• _Work required_
Print, exactly as they appear in the listing below, the lines from the line with "Line((-5.05, 6.35), (-5.05, -6.35))" to the line with "The same part", with both end lines kept.

BEGIN

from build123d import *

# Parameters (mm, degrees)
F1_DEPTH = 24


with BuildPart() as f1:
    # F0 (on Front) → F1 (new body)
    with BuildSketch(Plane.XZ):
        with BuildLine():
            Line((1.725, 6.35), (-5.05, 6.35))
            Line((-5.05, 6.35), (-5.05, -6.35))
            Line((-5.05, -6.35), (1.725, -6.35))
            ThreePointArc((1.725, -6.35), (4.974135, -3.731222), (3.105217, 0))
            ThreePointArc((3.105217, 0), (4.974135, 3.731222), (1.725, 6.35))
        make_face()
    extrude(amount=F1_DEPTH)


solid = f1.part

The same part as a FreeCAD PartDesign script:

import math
import FreeCAD as App
import Part
import Sketcher
Q = App.Units.Quantity

doc = App.newDocument("Part")
params = doc.addObject("Spreadsheet::Sheet", "Params")
for row, (alias, value) in enumerate([
    ("sketch1_height", "12.7 mm"),
    ("pad1_length", "24 mm"),
], start=1):
    params.set(f"A{row}", alias)
    params.set(f"B{row}", "=" + value)
    params.setAlias(f"B{row}", alias)

body = doc.addObject("PartDesign::Body", "Body")

# Sketch on XZ plane
sketch1 = doc.addObject("Sketcher::SketchObject", "Sketch")
body.addObject(sketch1)
sketch1.AttachmentSupport = (doc.XZ_Plane, [""])
sketch1.MapMode = "FlatFace"
sketch1.addGeometry(Part.LineSegment(App.Vector(1.725, 6.35, 0), App.Vector(-5.05, 6.35, 0)), False)
sketch1.addGeometry(Part.LineSegment(App.Vector(-5.05, 6.35, 0), App.Vector(-5.05, -6.35, 0)), False)
sketch1.addGeometry(Part.LineSegment(App.Vector(-5.05, -6.35, 0), App.Vector(1.725, -6.35, 0)), False)
sketch1.addGeometry(Part.ArcOfCircle(Part.Circle(App.Vector(1.725001, -3.025, 0), App.Vector(0, 0, 1), 3.325), math.radians(-90.00001), math.radians(65.474216)), False)
sketch1.addGeometry(Part.ArcOfCircle(Part.Circle(App.Vector(1.725001, 3.025, 0), App.Vector(0, 0, 1), 3.325), math.radians(-65.474216), math.radians(90.00001)), False)
sketch1.addConstraint(Sketcher.Constraint("Coincident", 0, 2, 1, 1))
sketch1.addConstraint(Sketcher.Constraint("Coincident", 1, 2, 2, 1))
sketch1.addConstraint(Sketcher.Constraint("Tangent", 2, 2, 3, 1))
sketch1.addConstraint(Sketcher.Constraint("Coincident", 3, 2, 4, 1))
sketch1.addConstraint(Sketcher.Constraint("Tangent", 4, 2, 0, 1))
sketch1.addConstraint(Sketcher.Constraint("Horizontal", 0))
sketch1.addConstraint(Sketcher.Constraint("Vertical", 1))
sketch1.addConstraint(Sketcher.Constraint("Horizontal", 2))
sketch1.addConstraint(Sketcher.Constraint("Equal", 3, 4))
sketch1.addConstraint(Sketcher.Constraint("Symmetric", 3, 3, 4, 3, -1))
sketch1.addConstraint(Sketcher.Constraint("DistanceY", 1, 2, 1, 1, Q("12.7 mm")))
sketch1.addConstraint(Sketcher.Constraint("Radius", 3, Q("3.325 mm")))
sketch1.addConstraint(Sketcher.Constraint("DistanceX", 0, 2, 0, 1, Q("6.775 mm")))
sketch1.addConstraint(Sketcher.Constraint("DistanceX", 0, 2, -1, 1, Q("5.05 mm")))
sketch1.setExpression("Constraints[10]", "Params.sketch1_height")
pad1 = doc.addObject("PartDesign::Pad", "Pad")
body.addObject(pad1)
pad1.Profile = sketch1
pad1.setExpression("Length", "Params.pad1_length")

doc.recompute()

END

• _Solution_
            Line((-5.05, 6.35), (-5.05, -6.35))
            Line((-5.05, -6.35), (1.725, -6.35))
            ThreePointArc((1.725, -6.35), (4.974135, -3.731222), (3.105217, 0))
            ThreePointArc((3.105217, 0), (4.974135, 3.731222), (1.725, 6.35))
        make_face()
    extrude(amount=F1_DEPTH)


solid = f1.part

The same part as a FreeCAD PartDesign script:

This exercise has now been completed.